WHAT NEEDS TO BE DONE
The records should be restated exactly from their first line through the line with "v -4.061 -2.488 0" in it.

AVAILABLE RECORDS
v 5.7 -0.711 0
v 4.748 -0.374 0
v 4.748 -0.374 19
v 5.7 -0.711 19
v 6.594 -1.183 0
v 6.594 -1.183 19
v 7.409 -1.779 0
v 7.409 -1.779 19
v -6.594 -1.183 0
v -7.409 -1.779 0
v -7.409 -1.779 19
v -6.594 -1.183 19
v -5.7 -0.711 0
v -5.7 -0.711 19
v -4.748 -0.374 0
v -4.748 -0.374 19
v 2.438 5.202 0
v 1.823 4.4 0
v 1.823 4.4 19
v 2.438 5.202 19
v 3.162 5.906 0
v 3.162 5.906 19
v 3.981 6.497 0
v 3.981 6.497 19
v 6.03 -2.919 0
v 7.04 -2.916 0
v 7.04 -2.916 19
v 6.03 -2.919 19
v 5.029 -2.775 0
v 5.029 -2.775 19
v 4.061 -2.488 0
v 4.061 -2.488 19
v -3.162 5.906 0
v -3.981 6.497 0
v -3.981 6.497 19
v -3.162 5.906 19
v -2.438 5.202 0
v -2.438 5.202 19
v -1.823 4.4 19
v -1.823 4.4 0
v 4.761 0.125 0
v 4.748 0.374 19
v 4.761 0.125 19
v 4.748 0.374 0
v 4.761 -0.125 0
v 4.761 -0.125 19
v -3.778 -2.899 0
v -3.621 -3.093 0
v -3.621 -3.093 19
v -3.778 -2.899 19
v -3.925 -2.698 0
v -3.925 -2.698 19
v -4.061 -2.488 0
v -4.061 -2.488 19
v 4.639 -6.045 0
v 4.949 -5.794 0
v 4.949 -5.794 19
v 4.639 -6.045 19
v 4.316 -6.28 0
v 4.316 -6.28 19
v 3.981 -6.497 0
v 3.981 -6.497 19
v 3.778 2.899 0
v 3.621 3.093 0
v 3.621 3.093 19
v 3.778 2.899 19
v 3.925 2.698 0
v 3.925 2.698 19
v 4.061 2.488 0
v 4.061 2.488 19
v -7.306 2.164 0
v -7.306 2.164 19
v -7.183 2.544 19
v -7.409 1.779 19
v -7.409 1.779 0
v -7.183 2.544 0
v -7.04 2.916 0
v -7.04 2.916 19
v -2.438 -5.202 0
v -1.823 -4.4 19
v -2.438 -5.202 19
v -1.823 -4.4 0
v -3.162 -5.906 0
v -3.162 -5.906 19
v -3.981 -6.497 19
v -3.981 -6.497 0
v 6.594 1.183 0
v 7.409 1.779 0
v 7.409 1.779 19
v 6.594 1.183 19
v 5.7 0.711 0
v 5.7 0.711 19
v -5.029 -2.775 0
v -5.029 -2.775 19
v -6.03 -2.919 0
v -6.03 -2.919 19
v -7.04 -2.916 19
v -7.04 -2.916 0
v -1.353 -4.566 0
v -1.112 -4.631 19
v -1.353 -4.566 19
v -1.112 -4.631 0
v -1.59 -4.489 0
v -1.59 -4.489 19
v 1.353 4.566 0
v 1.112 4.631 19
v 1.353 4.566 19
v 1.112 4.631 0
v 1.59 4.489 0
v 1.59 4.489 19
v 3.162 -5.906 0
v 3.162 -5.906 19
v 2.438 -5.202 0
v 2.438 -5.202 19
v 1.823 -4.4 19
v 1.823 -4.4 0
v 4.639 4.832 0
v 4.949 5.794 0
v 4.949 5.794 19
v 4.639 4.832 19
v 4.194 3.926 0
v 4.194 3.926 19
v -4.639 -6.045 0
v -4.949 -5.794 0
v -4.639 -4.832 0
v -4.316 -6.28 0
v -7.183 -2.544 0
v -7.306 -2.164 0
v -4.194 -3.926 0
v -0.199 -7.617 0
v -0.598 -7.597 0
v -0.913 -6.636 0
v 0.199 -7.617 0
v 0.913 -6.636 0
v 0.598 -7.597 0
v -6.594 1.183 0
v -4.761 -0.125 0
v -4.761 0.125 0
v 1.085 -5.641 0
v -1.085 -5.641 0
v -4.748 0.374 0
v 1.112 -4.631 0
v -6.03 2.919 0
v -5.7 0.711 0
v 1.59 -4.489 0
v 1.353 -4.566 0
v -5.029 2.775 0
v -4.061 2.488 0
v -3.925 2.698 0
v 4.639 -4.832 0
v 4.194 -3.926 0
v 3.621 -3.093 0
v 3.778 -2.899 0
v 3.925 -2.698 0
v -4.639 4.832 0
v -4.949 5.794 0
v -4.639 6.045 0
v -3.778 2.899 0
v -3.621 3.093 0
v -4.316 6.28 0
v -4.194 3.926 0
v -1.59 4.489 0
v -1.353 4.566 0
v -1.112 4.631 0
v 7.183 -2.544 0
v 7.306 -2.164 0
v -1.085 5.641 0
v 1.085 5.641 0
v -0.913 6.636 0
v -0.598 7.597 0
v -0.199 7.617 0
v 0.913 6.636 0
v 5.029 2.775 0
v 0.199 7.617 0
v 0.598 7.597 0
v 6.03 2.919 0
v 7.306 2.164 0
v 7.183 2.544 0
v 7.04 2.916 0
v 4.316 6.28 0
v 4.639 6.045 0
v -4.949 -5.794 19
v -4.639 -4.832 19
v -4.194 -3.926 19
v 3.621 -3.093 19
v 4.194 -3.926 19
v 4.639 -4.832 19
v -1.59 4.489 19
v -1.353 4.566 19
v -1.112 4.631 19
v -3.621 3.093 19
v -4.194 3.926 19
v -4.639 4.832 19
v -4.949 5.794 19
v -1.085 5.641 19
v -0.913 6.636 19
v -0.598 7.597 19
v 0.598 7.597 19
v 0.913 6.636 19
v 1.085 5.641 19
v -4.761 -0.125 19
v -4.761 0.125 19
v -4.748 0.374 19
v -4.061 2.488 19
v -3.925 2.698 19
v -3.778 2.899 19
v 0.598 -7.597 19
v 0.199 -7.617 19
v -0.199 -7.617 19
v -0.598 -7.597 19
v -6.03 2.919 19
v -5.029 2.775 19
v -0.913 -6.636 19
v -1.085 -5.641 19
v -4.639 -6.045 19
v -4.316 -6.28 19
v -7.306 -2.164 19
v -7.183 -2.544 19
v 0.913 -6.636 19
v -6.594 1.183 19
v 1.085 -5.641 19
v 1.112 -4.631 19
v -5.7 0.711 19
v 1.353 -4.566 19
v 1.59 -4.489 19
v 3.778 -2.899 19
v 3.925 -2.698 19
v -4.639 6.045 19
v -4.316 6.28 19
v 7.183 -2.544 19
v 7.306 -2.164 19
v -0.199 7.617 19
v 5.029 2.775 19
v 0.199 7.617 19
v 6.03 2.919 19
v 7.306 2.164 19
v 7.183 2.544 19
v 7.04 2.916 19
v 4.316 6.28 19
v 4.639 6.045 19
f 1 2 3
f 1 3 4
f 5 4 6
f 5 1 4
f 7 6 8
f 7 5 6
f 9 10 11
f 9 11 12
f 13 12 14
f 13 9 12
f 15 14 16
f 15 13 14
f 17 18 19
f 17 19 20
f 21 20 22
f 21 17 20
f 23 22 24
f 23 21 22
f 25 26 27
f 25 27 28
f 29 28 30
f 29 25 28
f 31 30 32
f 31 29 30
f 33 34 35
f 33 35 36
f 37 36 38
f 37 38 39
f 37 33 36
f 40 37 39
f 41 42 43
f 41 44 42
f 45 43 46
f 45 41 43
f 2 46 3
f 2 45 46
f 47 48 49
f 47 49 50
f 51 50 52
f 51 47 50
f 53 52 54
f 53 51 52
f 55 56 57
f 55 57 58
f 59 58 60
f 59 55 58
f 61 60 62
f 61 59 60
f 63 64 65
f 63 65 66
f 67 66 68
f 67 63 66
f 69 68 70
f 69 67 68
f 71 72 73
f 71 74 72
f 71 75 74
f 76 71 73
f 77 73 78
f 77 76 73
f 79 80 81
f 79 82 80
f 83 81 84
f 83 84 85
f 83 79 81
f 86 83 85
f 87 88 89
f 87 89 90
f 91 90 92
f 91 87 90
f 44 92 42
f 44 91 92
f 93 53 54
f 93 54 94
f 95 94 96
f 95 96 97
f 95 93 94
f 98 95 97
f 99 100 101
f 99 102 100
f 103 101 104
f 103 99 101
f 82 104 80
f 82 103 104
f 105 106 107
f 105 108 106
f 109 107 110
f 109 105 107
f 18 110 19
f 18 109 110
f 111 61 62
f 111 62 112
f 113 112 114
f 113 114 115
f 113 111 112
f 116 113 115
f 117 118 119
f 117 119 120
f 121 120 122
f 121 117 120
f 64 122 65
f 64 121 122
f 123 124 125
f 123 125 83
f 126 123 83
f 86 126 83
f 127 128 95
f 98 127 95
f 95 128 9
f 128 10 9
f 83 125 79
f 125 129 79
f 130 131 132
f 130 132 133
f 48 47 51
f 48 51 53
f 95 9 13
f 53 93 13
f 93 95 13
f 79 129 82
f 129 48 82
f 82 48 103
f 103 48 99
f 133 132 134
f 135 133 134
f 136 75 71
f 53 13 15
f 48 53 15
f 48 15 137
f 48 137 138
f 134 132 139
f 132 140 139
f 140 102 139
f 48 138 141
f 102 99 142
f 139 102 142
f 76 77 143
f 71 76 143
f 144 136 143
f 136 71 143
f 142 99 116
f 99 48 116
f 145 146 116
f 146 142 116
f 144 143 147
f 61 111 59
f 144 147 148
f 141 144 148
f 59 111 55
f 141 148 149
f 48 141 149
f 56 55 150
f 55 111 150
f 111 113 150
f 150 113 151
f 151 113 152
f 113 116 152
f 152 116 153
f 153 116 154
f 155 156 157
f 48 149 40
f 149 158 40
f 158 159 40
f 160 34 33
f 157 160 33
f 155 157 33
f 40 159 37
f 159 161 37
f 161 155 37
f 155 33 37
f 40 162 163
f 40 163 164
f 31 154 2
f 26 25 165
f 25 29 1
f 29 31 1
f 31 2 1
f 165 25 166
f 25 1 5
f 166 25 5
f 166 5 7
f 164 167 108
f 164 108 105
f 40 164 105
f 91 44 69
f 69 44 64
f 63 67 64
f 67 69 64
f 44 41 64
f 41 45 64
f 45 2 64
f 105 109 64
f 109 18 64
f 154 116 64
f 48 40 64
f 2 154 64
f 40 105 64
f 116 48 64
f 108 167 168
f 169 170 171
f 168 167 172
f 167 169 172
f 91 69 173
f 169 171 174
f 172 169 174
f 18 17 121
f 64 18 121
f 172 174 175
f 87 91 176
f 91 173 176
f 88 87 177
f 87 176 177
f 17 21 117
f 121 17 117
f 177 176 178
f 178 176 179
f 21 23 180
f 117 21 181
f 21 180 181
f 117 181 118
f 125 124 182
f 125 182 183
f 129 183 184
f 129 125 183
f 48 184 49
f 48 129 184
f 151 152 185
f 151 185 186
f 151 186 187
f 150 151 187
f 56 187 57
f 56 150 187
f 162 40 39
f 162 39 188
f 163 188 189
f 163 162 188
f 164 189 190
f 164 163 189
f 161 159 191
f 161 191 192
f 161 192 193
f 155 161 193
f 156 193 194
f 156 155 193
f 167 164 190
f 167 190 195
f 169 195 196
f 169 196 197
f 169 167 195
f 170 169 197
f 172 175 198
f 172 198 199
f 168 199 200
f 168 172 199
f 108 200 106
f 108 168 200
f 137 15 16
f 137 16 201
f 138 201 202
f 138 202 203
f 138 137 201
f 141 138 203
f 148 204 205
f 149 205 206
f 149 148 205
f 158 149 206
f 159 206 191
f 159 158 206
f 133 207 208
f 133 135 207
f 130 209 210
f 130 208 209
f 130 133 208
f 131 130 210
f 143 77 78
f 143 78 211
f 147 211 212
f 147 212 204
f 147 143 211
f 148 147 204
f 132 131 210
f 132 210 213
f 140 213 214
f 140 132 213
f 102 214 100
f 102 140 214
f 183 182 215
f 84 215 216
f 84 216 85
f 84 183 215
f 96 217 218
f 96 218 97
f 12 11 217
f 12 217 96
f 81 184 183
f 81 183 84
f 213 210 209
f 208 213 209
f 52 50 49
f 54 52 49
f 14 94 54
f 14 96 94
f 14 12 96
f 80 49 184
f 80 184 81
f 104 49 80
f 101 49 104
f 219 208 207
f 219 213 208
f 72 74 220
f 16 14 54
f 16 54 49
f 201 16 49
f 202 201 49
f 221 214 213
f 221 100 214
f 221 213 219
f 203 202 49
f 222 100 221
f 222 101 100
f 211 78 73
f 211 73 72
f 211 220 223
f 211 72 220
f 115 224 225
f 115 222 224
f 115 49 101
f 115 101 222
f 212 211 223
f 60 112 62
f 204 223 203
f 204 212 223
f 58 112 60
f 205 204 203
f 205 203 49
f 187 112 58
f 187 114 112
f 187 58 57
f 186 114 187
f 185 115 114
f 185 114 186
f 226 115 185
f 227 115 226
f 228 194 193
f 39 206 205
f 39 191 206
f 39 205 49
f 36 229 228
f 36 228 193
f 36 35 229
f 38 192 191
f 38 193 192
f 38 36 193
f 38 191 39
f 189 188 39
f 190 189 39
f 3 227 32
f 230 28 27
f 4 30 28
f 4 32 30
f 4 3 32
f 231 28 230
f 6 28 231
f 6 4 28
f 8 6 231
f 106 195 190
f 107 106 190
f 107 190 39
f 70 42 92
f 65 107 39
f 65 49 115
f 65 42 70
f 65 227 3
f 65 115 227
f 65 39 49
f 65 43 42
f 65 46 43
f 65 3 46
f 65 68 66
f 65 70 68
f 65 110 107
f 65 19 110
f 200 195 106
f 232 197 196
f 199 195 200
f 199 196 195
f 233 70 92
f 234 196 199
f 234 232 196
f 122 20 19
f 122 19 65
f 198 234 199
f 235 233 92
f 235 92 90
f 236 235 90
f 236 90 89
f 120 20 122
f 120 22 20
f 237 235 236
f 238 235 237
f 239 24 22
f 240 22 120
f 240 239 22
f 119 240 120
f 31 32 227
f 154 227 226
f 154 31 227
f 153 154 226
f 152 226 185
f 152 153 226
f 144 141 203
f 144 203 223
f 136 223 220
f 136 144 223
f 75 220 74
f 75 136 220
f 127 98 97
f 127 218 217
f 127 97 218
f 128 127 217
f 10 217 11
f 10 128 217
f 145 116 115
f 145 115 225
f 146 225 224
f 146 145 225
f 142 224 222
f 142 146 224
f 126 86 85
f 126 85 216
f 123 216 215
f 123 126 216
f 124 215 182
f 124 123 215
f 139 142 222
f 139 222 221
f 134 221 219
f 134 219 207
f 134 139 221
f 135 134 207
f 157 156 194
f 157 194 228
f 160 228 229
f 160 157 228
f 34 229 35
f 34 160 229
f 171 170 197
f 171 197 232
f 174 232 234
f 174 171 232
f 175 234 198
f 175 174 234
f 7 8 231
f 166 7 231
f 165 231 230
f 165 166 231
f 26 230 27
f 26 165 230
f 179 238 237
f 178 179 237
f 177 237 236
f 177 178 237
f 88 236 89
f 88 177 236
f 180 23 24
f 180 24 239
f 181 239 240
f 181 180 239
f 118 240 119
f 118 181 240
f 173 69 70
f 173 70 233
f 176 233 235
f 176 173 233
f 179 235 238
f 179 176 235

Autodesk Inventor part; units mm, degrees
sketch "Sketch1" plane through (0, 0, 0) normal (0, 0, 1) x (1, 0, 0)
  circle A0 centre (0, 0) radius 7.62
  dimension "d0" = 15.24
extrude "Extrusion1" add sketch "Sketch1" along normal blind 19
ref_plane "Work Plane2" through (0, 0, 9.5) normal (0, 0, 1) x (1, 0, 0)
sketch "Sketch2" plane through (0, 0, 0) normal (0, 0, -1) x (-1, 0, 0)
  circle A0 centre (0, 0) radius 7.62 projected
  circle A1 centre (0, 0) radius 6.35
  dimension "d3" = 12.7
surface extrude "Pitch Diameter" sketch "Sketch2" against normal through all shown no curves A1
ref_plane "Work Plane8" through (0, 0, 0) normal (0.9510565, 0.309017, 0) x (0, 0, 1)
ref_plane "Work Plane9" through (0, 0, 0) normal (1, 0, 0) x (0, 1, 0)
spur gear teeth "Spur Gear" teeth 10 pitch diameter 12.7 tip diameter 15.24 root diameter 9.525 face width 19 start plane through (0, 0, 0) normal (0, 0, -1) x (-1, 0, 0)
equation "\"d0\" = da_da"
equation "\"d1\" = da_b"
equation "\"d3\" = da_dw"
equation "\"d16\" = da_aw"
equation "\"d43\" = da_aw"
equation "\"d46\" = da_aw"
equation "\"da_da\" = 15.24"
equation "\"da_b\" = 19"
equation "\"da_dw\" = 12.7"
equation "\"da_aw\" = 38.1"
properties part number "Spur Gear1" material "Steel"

TASK ANSWER
v 5.7 -0.711 0
v 4.748 -0.374 0
v 4.748 -0.374 19
v 5.7 -0.711 19
v 6.594 -1.183 0
v 6.594 -1.183 19
v 7.409 -1.779 0
v 7.409 -1.779 19
v -6.594 -1.183 0
v -7.409 -1.779 0
v -7.409 -1.779 19
v -6.594 -1.183 19
v -5.7 -0.711 0
v -5.7 -0.711 19
v -4.748 -0.374 0
v -4.748 -0.374 19
v 2.438 5.202 0
v 1.823 4.4 0
v 1.823 4.4 19
v 2.438 5.202 19
v 3.162 5.906 0
v 3.162 5.906 19
v 3.981 6.497 0
v 3.981 6.497 19
v 6.03 -2.919 0
v 7.04 -2.916 0
v 7.04 -2.916 19
v 6.03 -2.919 19
v 5.029 -2.775 0
v 5.029 -2.775 19
v 4.061 -2.488 0
v 4.061 -2.488 19
v -3.162 5.906 0
v -3.981 6.497 0
v -3.981 6.497 19
v -3.162 5.906 19
v -2.438 5.202 0
v -2.438 5.202 19
v -1.823 4.4 19
v -1.823 4.4 0
v 4.761 0.125 0
v 4.748 0.374 19
v 4.761 0.125 19
v 4.748 0.374 0
v 4.761 -0.125 0
v 4.761 -0.125 19
v -3.778 -2.899 0
v -3.621 -3.093 0
v -3.621 -3.093 19
v -3.778 -2.899 19
v -3.925 -2.698 0
v -3.925 -2.698 19
v -4.061 -2.488 0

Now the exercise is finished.